En mis tiempos de estudiante quería usar aretes en las dos orejas. Eran los noventas y yo buscaba asemejarme a uno de los tantos ídolos del pop que pululaban en aquella época. La negativa de mi padre se mantuvo hasta que fui un adulto, a pesar de la certeza de que con o sin aretes yo hubiera sido el mismo estudiante: uno pésimo. Un par de agujeros en los lóbulos no iban a afectar el proceso de enseñanza y aprendizaje propio de las instituciones educativas.
Ahora bien, en los últimos días cobró especial relevancia la directriz de una rectora que, apelando a su autoridad, ha decidido prohibir los piercings, tintes en el cabello, relaciones amorosas entre estudiantes y otras cosas que se han venido convirtiendo en una cotidianidad al interior de las aulas. Los padres aplaudimos como focas tal desatino, porque nos alegramos de que el colegio imparta la disciplina y levante los límites que nosotros somos incapaces de levantar al interior de los hogares. Es completamente desatinado porque, como la experiencia misma nos ha enseñado, la prohibición lo único que logra es fomentar el deseo por lo prohibido.
Concedo que es un reduccionismo afirmar que el libre desarrollo de la personalidad (argumento esgrimido por los jóvenes para justificar sus estrafalarios estilos) es la razón por la cual un joven pueda hacer con su apariencia lo que a bien le parezca, pues dicho desarrollo de la personalidad debe trascender de la apariencia física; no obstante, es un asunto que no debe tomarse a la ligera, ya que la importancia del acto educativo debe generar procesos que ayuden al estudiante a comprender lo que implica poseer una identidad y desarrollarse en torno a ella, pero tal proceso no se va a lograr a través de la prohibición.
La dificultad radica en que corremos el riesgo de plantear como paradigma para el presente aquellas prácticas que funcionaron con nosotros en el pasado; unas prácticas basadas en lo punitivo, en el conductismo, en el castigo, en una serie de realidades que ya no existen. Prohibir a los jóvenes tener relaciones sentimentales al interior de las instituciones educativas es ignorar el desarrollo psico-afectivo y sexual que es natural entre ellos, y el colegio debe acompañar dichos procesos a través de la adecuada formación, no a través de la prohibición.

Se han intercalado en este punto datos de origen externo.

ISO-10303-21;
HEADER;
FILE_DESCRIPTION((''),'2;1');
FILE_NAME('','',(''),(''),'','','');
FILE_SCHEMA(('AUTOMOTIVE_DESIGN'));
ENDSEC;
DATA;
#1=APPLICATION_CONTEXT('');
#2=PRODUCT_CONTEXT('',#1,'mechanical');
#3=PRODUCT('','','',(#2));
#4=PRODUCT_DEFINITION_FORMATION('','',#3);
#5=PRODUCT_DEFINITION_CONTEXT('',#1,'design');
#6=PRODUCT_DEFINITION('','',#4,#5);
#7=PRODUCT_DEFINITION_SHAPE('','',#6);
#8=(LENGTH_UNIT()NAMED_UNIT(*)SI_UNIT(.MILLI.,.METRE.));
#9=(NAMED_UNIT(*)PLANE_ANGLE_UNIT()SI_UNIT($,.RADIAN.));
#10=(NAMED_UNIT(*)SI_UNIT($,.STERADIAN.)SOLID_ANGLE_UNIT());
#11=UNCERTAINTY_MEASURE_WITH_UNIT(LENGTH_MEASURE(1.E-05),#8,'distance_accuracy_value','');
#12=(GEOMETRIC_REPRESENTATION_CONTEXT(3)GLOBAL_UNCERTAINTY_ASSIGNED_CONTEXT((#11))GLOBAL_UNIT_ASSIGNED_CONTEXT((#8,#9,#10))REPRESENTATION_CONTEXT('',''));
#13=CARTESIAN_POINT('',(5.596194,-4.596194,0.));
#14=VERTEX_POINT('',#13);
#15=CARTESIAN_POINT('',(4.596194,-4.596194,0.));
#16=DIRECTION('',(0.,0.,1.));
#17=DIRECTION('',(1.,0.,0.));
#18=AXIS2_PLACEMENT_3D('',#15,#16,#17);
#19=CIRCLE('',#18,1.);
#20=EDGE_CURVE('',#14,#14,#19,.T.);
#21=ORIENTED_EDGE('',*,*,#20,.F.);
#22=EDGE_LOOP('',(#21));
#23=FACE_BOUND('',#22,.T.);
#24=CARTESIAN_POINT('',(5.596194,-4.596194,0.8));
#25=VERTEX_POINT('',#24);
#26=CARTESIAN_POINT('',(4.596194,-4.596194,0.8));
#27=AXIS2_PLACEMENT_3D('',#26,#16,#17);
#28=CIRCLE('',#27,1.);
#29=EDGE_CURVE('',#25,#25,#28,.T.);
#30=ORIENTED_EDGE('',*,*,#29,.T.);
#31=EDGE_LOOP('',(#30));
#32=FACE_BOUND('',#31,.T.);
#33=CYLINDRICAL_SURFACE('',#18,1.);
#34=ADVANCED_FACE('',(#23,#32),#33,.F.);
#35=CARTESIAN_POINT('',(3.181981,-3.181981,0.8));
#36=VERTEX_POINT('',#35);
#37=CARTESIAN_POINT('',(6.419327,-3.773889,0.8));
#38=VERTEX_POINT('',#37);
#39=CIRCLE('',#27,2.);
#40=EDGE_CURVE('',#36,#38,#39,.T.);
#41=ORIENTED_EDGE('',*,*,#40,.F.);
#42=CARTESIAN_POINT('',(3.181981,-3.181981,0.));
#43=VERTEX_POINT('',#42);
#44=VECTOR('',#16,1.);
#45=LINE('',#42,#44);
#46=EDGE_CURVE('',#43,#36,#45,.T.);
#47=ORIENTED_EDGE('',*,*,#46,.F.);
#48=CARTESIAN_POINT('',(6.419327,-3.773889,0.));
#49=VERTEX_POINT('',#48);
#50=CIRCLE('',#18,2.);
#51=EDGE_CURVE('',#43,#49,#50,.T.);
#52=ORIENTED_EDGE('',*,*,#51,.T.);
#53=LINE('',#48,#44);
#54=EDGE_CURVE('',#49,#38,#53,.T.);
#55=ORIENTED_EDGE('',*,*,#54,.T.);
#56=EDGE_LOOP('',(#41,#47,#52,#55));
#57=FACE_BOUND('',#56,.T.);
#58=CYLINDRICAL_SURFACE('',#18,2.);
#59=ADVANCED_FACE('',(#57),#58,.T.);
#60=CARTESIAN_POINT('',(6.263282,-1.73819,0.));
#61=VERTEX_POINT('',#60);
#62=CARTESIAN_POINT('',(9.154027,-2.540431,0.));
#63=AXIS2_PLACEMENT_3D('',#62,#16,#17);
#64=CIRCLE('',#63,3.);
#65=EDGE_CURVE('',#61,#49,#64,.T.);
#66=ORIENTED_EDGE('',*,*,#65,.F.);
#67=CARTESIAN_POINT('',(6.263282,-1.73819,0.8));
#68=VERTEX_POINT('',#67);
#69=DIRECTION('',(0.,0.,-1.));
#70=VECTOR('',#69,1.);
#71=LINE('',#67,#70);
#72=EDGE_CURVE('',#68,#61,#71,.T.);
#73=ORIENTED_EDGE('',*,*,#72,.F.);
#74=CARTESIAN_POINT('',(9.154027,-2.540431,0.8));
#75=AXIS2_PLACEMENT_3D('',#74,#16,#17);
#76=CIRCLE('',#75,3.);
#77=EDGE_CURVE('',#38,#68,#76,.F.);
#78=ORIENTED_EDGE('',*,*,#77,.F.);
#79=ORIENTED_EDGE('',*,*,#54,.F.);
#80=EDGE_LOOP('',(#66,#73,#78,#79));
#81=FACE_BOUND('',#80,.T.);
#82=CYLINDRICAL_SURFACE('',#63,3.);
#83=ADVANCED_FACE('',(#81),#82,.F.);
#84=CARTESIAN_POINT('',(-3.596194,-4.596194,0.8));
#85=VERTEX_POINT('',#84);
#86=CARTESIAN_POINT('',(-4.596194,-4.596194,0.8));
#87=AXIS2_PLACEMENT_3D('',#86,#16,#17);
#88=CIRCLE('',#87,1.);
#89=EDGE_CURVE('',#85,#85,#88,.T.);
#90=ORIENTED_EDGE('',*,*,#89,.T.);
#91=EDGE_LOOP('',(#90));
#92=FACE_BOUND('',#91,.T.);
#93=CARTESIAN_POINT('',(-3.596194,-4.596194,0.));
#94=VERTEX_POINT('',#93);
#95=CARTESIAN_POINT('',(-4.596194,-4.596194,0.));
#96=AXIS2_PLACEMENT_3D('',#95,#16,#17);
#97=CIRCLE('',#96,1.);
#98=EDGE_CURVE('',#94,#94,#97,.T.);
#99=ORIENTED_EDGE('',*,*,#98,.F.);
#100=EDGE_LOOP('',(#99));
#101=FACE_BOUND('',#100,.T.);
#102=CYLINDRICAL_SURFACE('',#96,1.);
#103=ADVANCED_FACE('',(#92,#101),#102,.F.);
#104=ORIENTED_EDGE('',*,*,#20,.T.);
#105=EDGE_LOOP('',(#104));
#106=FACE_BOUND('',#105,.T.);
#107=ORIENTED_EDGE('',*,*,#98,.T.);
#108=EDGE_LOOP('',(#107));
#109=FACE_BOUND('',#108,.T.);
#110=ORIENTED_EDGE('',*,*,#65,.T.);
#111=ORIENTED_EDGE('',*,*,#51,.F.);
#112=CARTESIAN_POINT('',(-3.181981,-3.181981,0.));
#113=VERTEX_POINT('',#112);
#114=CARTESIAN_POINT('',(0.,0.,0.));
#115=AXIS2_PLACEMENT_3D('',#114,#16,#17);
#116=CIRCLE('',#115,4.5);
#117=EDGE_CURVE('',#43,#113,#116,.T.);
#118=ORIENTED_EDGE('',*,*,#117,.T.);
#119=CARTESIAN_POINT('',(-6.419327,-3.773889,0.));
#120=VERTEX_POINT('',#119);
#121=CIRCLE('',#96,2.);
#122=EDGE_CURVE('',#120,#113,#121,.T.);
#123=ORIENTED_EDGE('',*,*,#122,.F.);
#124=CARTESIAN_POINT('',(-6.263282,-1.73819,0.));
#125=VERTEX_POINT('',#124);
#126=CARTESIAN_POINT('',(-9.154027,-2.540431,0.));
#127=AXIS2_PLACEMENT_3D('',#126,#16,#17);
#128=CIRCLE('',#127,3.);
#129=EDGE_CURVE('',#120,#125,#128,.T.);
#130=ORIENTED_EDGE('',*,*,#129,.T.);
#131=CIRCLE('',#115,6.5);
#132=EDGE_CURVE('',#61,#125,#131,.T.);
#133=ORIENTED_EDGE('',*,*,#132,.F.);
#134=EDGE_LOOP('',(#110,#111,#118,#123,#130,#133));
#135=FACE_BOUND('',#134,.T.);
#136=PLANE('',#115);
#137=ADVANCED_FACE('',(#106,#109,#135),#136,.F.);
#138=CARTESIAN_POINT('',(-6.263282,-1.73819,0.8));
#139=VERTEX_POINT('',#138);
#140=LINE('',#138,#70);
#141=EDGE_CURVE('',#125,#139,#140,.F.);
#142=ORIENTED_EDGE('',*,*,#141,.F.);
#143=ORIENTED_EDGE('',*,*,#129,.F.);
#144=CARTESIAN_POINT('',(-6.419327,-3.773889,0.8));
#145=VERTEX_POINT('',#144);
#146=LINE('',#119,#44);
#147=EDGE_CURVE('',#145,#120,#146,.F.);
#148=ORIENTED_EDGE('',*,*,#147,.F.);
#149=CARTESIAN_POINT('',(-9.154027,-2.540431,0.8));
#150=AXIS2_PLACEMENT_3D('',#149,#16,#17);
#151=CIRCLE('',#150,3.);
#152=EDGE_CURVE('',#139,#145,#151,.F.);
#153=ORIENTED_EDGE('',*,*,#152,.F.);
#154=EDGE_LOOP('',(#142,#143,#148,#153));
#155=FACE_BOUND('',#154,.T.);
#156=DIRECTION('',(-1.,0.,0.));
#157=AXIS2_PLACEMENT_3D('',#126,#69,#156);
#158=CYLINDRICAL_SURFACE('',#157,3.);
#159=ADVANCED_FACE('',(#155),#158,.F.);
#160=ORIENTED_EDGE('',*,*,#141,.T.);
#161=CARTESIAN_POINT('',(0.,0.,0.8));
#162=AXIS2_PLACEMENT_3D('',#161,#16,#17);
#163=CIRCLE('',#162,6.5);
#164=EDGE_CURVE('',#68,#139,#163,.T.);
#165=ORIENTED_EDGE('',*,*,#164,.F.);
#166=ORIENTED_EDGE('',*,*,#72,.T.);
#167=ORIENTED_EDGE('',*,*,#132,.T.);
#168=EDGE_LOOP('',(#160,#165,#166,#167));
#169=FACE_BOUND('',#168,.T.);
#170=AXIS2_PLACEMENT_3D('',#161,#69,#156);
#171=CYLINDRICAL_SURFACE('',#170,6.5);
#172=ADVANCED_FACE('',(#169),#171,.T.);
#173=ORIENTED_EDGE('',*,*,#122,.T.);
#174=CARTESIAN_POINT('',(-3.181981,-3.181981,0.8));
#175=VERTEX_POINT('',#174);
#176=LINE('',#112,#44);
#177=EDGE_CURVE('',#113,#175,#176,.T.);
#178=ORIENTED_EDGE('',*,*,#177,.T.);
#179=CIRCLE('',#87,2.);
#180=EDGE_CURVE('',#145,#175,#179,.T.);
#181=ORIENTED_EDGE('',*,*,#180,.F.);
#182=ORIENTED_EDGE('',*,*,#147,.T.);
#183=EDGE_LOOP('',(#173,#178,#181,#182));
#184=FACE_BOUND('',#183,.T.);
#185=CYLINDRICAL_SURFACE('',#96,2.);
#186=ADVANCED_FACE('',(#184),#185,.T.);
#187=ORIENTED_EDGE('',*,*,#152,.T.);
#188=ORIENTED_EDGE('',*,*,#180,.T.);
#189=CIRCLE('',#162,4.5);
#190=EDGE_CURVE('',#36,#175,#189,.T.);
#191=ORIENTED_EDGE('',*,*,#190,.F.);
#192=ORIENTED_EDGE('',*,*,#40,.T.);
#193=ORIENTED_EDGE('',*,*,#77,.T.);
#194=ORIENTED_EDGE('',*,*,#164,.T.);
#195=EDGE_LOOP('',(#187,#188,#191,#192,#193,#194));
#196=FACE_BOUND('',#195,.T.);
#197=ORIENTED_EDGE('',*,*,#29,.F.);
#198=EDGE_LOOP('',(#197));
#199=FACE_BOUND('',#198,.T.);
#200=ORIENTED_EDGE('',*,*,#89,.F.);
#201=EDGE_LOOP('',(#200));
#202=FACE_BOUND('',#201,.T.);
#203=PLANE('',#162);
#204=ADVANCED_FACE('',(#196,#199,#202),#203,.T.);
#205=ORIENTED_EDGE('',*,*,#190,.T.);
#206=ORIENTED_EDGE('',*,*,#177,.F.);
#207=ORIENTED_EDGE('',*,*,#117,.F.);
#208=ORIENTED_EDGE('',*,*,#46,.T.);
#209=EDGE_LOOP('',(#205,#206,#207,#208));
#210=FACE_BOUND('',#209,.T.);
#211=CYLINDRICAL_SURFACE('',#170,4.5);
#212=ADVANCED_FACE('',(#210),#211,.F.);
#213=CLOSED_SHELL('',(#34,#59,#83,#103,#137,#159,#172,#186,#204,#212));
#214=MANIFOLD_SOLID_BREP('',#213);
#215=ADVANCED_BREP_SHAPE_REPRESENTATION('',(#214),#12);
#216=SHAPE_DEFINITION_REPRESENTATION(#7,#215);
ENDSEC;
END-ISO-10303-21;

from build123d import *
from build123d.topology import SkipClean

# Parameters (mm, degrees)
SKETCH1_R           = 6.5
SKETCH1_R_2         = 4.5
BOSS_EXTRUDE1_DEPTH = 0.8
SKETCH2_R           = 2
BOSS_EXTRUDE2_DEPTH = 0.8
CUT_EXTRUDE1_START  = -0.8
CUT_EXTRUDE1_DEPTH  = 0.8
SKETCH4_R           = 1
CUT_EXTRUDE2_DEPTH  = 0.8
FILLET1_R           = 3


with BuildPart() as part:
    # Sketch1 → Boss-Extrude1 (new body)
    with BuildSketch(Plane.XY):
        Circle(SKETCH1_R)
        Circle(SKETCH1_R_2, mode=Mode.SUBTRACT)
    extrude(amount=BOSS_EXTRUDE1_DEPTH)

    # Sketch2 → Boss-Extrude2 (add)
    with BuildSketch(Plane.XY.offset(0.8)):
        with Locations((-4.596194078, -4.596194078)):
            Circle(SKETCH2_R)
        with Locations((4.596194078, -4.596194078)):
            Circle(SKETCH2_R)
    extrude(amount=-BOSS_EXTRUDE2_DEPTH)

    # Sketch3 → Cut-Extrude1 (cut)
    with SkipClean():  # the faces are left unmerged after this step: merging them gives an invalid solid
        with BuildSketch(Plane.XY.offset(0.8).offset(CUT_EXTRUDE1_START)):
            with BuildLine():
                ThreePointArc((-2.981245674, -5.775999847), (-2.602155556, -4.441887978), (-3.181980515, -3.181980515))
                ThreePointArc((-3.181980515, -3.181980515), (0, -4.5), (3.181980515, -3.181980515))
                ThreePointArc((3.181980515, -3.181980515), (2.602155556, -4.441887978), (2.981245674, -5.775999847))
                ThreePointArc((2.981245674, -5.775999847), (0, -6.5), (-2.981245674, -5.775999847))
            make_face()
        extrude(amount=CUT_EXTRUDE1_DEPTH, mode=Mode.SUBTRACT)

    # Sketch4 → Cut-Extrude2 (cut)
    with SkipClean():  # the faces are left unmerged after this step: merging them gives an invalid solid
        with BuildSketch(Plane.XY.offset(0.8)):
            with Locations((-4.596194078, -4.596194078)):
                Circle(SKETCH4_R)
            with Locations((4.596194078, -4.596194078)):
                Circle(SKETCH4_R)
        extrude(amount=-CUT_EXTRUDE2_DEPTH, mode=Mode.SUBTRACT)

    # Fillet1
    fillet1_edges = [part.edges().sort_by_distance(p)[0] for p in [
        (-5.775999847, -2.981245674, 0.4),
        (5.775999847, -2.981245674, 0.4),
    ]]
    fillet(fillet1_edges, radius=FILLET1_R)


solid = part.part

Prohibirles portar piercings o tinturar su cabello no será la solución a los problemas de autoridad, de desencanto por el aprendizaje, de facilismo y de malos hábitos de estudio que afectan a algunos de ellos, eso es atacar el problema de una manera muy superficial sin volver la mirada al verdadero núcleo de la situación. Sin duda este tipo de prohibiciones son muy populares entre algunos padres de familia y docentes, quienes prefieren olvidar que la preocupación excesiva por la apariencia física es tan vana y superficial como la prohibición misma de usar aretes.
Ahora bien, si tal normativa está consignada en el manual de convivencia de la institución es un tema que merece un debate aparte. Es menester que la institución educativa enseñe a obedecer la ley y a seguir las reglas que la sociedad dictamina para sus integrantes, pero ello no significa que muchos puntos propios de los manuales de convivencia (como los que dictan tales prohibiciones) merezcan revisión. El respeto, como valor fundamental al interior de las aulas, debería ser el único paradigma inamovible del proceso educativo. No me siento irrespetado si uno de mis estudiantes se pinta el cabello de naranja y se pone diez piercings; me siento más irrespetado cuando el acudiente no asiste al colegio para conocer el proceso de aprendizaje de sus hijos.